Actually, the way the testcase is written it does require linking
against -lrt. Otherwise, function clock_gettime will not be found.
When I was debugging it yesterday, I had compressed the testcase and
eliminated the clock_gettime call.
The testcase came into existence in r12164 calling clock_gettime on
all platforms.
In r12213 Bart made the testcase work on Darwin with this patch:
+
+#ifdef HAVE_CLOCK_GETTIME
assert(clock_gettime(CLOCK_REALTIME, &abstime)==0);
+#else
+ abstime.tv_sec = time(NULL) + 2;
+ abstime.tv_nsec = 0;
+#endif
Reading through the man pages suggests that we should be able to use the
#else clause on Linux as well and thereby eliminate the need for -lrt.

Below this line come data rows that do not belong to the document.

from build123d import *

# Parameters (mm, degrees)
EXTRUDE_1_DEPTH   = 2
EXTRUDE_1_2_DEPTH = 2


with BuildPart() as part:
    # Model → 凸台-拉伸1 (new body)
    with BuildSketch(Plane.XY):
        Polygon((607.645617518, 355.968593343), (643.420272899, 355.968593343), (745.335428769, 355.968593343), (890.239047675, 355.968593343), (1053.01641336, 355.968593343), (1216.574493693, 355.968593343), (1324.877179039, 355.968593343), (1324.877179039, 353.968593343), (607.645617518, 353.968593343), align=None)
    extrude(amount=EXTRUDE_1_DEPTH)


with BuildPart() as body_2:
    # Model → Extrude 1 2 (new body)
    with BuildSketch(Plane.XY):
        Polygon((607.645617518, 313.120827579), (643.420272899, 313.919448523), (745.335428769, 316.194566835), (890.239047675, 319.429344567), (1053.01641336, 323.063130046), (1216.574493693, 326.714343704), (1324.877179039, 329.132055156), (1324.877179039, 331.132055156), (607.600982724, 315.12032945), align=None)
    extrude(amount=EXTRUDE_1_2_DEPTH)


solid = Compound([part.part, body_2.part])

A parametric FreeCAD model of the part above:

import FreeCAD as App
import Part
import Sketcher
from FreeCAD import Vector
Q = App.Units.Quantity

doc = App.newDocument("Part")
body = doc.addObject("PartDesign::Body", "Body")

sketch1 = doc.addObject("Sketcher::SketchObject", "Sketch")
body.addObject(sketch1)
sketch1.AttachmentSupport = (doc.XY_Plane, [""])
sketch1.MapMode = "FlatFace"
sketch1.addGeometry([
    Part.LineSegment(Vector(1324.9, 356, 0), Vector(607.6, 356, 0)),
    Part.LineSegment(Vector(607.6, 356, 0), Vector(607.6, 354, 0)),
    Part.LineSegment(Vector(607.6, 354, 0), Vector(1324.9, 354, 0)),
    Part.LineSegment(Vector(1324.9, 354, 0), Vector(1324.9, 356, 0)),
], False)
sketch1.addConstraint([
    Sketcher.Constraint("Coincident", 0, 2, 1, 1),
    Sketcher.Constraint("Coincident", 1, 2, 2, 1),
    Sketcher.Constraint("Coincident", 2, 2, 3, 1),
    Sketcher.Constraint("Coincident", 3, 2, 0, 1),
    Sketcher.Constraint("Horizontal", 0),
    Sketcher.Constraint("Vertical", 1),
    Sketcher.Constraint("Horizontal", 2),
    Sketcher.Constraint("Vertical", 3),
    Sketcher.Constraint("DistanceY", 1, 2, 1, 1, Q("2 mm")),
    Sketcher.Constraint("DistanceX", 0, 2, 0, 1, Q("717.231562 mm")),
    Sketcher.Constraint("DistanceX", -1, 1, 2, 2, Q("1324.877179 mm")),
    Sketcher.Constraint("DistanceY", -1, 1, 0, 2, Q("355.968593 mm")),
])
pad1 = doc.addObject("PartDesign::Pad", "Pad")
body.addObject(pad1)
pad1.Profile = sketch1
pad1.Length = 2
body2 = doc.addObject("PartDesign::Body", "Body001")

sketch2 = doc.addObject("Sketcher::SketchObject", "Sketch001")
body2.addObject(sketch2)
sketch2.AttachmentSupport = (doc.getObject("XY_Plane001"), [""])
sketch2.MapMode = "FlatFace"
sketch2.addGeometry([
    Part.LineSegment(Vector(607.645618, 313.120828, 0), Vector(643.420273, 313.919449, 0)),
    Part.LineSegment(Vector(643.420273, 313.919449, 0), Vector(745.335429, 316.194567, 0)),
    Part.LineSegment(Vector(745.335429, 316.194567, 0), Vector(890.239048, 319.429345, 0)),
    Part.LineSegment(Vector(890.239048, 319.429345, 0), Vector(1053.016413, 323.06313, 0)),
    Part.LineSegment(Vector(1053.016413, 323.06313, 0), Vector(1216.574494, 326.714344, 0)),
    Part.LineSegment(Vector(1216.574494, 326.714344, 0), Vector(1324.877179, 329.132055, 0)),
    Part.LineSegment(Vector(1324.877179, 329.132055, 0), Vector(1324.877179, 331.132055, 0)),
    Part.LineSegment(Vector(1324.877179, 331.132055, 0), Vector(607.600983, 315.120329, 0)),
    Part.LineSegment(Vector(607.600983, 315.120329, 0), Vector(607.645618, 313.120828, 0)),
], False)
sketch2.addConstraint([
    Sketcher.Constraint("Coincident", 0, 2, 1, 1),
    Sketcher.Constraint("Coincident", 1, 2, 2, 1),
    Sketcher.Constraint("Coincident", 2, 2, 3, 1),
    Sketcher.Constraint("Coincident", 3, 2, 4, 1),
    Sketcher.Constraint("Coincident", 4, 2, 5, 1),
    Sketcher.Constraint("Coincident", 5, 2, 6, 1),
    Sketcher.Constraint("Coincident", 6, 2, 7, 1),
    Sketcher.Constraint("Coincident", 7, 2, 8, 1),
    Sketcher.Constraint("Coincident", 8, 2, 0, 1),
    Sketcher.Constraint("Vertical", 6),
    Sketcher.Constraint("DistanceY", 6, 1, 6, 2, Q("2 mm")),
    Sketcher.Constraint("Distance", 8, Q("2 mm")),
    Sketcher.Constraint("DistanceY", 2, 2, 4, 2, Q("7.284999 mm")),
    Sketcher.Constraint("DistanceY", 7, 2, 3, 2, Q("7.942801 mm")),
    Sketcher.Constraint("DistanceY", 8, 2, 7, 2, Q("1.999502 mm")),
    Sketcher.Constraint("Distance", 0, Q("35.783568 mm")),
    Sketcher.Constraint("Distance", 2, Q("144.93972 mm")),
    Sketcher.Constraint("Distance", 3, Q("162.81792 mm")),
    Sketcher.Constraint("Distance", 4, Q("163.598829 mm")),
    Sketcher.Constraint("Distance", 5, Q("108.329668 mm")),
    Sketcher.Constraint("Distance", 7, Q("717.454889 mm")),
    Sketcher.Constraint("DistanceY", -1, 1, 0, 2, Q("313.919449 mm")),
    Sketcher.Constraint("DistanceX", -1, 1, 1, 2, Q("745.335429 mm")),
    Sketcher.Constraint("DistanceY", -1, 1, 3, 2, Q("323.06313 mm")),
    Sketcher.Constraint("DistanceX", -1, 1, 5, 2, Q("1324.877179 mm")),
    Sketcher.Constraint("DistanceY", 0, 2, 1, 2, Q("2.275118 mm")),
    Sketcher.Constraint("DistanceX", 1, 2, 2, 2, Q("144.903619 mm")),
])
pad2 = doc.addObject("PartDesign::Pad", "Pad001")
body2.addObject(pad2)
pad2.Profile = sketch2
pad2.Length = 2

doc.recompute()
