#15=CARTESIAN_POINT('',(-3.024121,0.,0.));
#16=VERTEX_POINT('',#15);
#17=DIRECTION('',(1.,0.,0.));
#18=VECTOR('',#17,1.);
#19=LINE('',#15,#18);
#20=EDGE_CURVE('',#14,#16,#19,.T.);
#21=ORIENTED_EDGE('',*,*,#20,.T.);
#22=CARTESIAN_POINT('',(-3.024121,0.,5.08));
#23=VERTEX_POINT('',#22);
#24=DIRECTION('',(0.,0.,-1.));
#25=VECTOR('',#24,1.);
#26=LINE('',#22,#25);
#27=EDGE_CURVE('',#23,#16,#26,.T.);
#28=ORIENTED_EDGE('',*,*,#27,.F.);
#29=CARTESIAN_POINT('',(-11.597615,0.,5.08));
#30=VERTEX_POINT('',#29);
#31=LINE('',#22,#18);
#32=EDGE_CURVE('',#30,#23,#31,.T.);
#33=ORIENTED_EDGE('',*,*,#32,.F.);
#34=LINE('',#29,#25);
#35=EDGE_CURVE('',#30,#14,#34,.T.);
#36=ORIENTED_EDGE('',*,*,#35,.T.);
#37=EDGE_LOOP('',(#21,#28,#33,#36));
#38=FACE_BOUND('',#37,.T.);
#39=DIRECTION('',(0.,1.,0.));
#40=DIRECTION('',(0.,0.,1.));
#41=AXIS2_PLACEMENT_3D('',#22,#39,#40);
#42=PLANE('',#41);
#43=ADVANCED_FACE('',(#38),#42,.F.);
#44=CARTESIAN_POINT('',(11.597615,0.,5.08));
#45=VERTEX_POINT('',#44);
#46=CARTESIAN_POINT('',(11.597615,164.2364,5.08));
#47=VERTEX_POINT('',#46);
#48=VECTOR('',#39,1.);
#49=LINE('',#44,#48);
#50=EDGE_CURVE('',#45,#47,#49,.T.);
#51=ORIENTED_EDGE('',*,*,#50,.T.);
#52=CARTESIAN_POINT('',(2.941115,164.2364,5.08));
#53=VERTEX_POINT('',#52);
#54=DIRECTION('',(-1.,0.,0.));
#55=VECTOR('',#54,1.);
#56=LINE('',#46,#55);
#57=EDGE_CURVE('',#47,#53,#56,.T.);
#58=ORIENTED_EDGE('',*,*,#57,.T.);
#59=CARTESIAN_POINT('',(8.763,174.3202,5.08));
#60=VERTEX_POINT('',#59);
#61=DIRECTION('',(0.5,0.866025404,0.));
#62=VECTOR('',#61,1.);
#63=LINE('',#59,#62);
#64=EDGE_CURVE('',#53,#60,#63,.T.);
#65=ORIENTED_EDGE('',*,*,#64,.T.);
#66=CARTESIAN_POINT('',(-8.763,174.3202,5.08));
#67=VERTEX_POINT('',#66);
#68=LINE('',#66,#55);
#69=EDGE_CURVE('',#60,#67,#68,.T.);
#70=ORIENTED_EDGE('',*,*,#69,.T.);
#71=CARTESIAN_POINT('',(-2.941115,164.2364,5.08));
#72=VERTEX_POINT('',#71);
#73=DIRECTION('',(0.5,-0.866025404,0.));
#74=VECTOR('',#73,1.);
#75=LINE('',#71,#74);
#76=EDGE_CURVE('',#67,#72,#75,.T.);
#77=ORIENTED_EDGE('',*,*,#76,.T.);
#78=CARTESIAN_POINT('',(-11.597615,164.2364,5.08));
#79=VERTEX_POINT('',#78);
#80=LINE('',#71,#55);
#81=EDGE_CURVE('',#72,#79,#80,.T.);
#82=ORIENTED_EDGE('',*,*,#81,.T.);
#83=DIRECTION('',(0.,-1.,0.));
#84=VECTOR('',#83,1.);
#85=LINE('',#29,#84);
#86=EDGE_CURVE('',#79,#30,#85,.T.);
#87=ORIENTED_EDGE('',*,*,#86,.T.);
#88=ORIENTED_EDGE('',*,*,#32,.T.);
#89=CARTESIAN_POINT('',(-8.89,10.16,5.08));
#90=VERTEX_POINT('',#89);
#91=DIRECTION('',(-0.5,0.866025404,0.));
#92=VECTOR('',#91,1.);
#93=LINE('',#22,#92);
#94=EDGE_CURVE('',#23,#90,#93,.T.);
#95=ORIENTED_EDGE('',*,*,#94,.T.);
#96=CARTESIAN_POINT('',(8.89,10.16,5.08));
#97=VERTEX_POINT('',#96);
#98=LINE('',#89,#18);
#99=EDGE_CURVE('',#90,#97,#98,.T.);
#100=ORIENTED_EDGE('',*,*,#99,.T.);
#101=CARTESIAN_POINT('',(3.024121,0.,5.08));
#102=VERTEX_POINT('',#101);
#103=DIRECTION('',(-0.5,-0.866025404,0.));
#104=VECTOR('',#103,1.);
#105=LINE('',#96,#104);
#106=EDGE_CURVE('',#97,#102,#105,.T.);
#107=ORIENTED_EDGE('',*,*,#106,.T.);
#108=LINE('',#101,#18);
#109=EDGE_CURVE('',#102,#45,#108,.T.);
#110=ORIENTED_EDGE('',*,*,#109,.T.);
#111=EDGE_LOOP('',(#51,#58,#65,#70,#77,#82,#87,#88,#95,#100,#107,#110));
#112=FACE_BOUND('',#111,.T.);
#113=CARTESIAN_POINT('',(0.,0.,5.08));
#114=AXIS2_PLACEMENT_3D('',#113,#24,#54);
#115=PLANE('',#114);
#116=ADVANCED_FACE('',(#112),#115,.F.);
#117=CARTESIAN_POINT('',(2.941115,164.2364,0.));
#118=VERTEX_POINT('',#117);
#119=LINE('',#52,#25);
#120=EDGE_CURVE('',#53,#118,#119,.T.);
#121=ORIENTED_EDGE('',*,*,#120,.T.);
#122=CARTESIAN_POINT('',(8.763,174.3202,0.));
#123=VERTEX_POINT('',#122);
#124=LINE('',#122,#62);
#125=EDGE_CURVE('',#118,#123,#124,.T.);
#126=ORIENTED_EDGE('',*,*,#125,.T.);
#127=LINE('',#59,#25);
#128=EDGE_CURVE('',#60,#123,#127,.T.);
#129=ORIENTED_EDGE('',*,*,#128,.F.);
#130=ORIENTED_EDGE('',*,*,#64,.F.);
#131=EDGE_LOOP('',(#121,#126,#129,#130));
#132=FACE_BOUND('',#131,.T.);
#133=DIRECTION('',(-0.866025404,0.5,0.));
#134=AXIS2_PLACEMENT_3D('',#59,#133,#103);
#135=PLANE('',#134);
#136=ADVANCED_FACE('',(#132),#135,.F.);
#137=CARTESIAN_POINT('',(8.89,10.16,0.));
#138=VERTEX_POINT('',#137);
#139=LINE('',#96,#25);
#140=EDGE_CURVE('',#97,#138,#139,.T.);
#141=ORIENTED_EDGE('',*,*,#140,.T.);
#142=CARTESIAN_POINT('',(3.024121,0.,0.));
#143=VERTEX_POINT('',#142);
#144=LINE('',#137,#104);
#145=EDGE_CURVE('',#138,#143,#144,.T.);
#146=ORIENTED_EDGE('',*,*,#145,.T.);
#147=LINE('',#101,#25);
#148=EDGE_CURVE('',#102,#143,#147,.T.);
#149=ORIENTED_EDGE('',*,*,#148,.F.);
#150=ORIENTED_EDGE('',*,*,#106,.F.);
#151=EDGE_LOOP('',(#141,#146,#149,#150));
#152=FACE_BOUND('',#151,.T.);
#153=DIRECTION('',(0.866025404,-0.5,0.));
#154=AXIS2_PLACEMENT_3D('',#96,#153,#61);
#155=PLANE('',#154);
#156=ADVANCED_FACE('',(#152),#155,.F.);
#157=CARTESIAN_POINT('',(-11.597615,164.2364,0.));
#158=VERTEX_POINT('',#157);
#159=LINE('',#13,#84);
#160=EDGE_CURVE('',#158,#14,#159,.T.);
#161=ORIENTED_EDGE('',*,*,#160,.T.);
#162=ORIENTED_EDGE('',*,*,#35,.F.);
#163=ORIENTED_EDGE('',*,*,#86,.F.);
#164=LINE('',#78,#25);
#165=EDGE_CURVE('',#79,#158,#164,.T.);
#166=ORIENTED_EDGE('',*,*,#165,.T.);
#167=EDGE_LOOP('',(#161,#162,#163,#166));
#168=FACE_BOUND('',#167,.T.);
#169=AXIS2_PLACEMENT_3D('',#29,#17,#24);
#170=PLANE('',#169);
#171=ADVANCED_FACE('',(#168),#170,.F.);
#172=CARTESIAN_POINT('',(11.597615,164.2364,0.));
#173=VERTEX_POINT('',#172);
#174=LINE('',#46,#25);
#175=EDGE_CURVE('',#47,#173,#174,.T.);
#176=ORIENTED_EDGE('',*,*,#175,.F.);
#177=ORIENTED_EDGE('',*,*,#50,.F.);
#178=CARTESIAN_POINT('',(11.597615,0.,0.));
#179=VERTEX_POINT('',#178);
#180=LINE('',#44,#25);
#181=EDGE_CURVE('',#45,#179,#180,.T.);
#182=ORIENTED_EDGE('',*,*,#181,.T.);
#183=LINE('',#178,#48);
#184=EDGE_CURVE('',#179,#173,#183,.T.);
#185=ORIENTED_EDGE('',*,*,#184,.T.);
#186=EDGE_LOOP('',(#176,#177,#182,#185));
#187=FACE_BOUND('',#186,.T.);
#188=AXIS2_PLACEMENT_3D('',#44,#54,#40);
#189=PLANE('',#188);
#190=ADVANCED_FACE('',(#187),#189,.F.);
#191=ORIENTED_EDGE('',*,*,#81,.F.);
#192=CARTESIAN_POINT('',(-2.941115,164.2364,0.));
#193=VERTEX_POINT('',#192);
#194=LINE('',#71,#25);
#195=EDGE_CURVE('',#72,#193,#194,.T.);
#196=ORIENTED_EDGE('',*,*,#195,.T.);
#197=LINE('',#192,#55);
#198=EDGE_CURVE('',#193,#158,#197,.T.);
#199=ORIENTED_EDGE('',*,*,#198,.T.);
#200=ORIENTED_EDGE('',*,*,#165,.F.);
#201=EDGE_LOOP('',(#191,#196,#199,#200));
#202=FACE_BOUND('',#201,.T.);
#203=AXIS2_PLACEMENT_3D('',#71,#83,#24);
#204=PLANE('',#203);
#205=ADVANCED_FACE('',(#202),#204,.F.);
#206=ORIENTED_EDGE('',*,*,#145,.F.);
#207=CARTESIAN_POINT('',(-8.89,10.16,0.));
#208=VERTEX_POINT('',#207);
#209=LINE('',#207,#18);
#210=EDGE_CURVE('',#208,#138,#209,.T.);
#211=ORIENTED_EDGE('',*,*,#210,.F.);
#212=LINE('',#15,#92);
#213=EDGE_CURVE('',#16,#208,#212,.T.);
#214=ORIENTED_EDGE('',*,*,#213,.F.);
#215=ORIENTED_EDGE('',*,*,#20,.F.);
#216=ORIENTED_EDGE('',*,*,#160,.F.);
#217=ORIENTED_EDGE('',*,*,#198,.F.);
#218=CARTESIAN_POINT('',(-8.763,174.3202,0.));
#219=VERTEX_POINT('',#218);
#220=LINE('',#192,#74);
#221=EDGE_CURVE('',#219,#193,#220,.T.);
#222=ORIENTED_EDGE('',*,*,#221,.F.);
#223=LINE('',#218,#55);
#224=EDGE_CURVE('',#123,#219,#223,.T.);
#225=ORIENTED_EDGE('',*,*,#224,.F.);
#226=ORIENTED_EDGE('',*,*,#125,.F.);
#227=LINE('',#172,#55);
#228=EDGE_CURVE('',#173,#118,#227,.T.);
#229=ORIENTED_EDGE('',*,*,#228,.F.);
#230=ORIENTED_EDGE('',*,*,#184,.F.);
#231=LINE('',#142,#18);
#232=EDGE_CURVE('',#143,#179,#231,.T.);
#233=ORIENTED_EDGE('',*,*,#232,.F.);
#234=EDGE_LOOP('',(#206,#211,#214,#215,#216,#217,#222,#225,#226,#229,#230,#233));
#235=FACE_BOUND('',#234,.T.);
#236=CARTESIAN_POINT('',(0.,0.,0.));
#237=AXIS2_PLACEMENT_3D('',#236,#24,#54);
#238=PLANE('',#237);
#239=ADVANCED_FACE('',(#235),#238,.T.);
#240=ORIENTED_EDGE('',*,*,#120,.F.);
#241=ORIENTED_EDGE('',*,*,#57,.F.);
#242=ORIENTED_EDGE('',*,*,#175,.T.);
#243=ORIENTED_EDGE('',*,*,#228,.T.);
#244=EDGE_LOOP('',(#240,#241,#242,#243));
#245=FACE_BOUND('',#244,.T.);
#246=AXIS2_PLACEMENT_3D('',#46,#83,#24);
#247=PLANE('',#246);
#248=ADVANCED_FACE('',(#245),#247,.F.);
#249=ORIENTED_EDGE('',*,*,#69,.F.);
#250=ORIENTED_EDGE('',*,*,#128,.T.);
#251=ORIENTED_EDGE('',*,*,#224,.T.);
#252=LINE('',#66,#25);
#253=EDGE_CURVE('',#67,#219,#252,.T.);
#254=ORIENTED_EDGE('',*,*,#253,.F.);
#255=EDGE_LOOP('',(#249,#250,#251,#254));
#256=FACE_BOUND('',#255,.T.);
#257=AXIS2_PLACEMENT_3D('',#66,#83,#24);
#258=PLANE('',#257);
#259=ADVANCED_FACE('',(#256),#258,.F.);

I'm suggesting this patch:
Index: helgrind/tests/cond_timedwait_invalid.c
===================================================================
--- helgrind/tests/cond_timedwait_invalid.c (revision 12237)
+++ helgrind/tests/cond_timedwait_invalid.c (working copy)
@@ -1,4 +1,4 @@
-#include "config.h"
+
#include <time.h>
#include <pthread.h>
#include <assert.h>
@@ -10,12 +10,12 @@
pthread_mutex_t mutex = PTHREAD_MUTEX_INITIALIZER;
pthread_cond_t cond = PTHREAD_COND_INITIALIZER;
-#ifdef HAVE_CLOCK_GETTIME
- assert(clock_gettime(CLOCK_REALTIME, &abstime)==0);
-#else
+
+
+
abstime.tv_sec = time(NULL) + 2;
abstime.tv_nsec = 0;
-#endif
+
abstime.tv_nsec += 1000000000;
assert(pthread_mutex_lock(&mutex)==0);
Index: helgrind/tests/Makefile.am
===================================================================
--- helgrind/tests/Makefile.am (revision 12237)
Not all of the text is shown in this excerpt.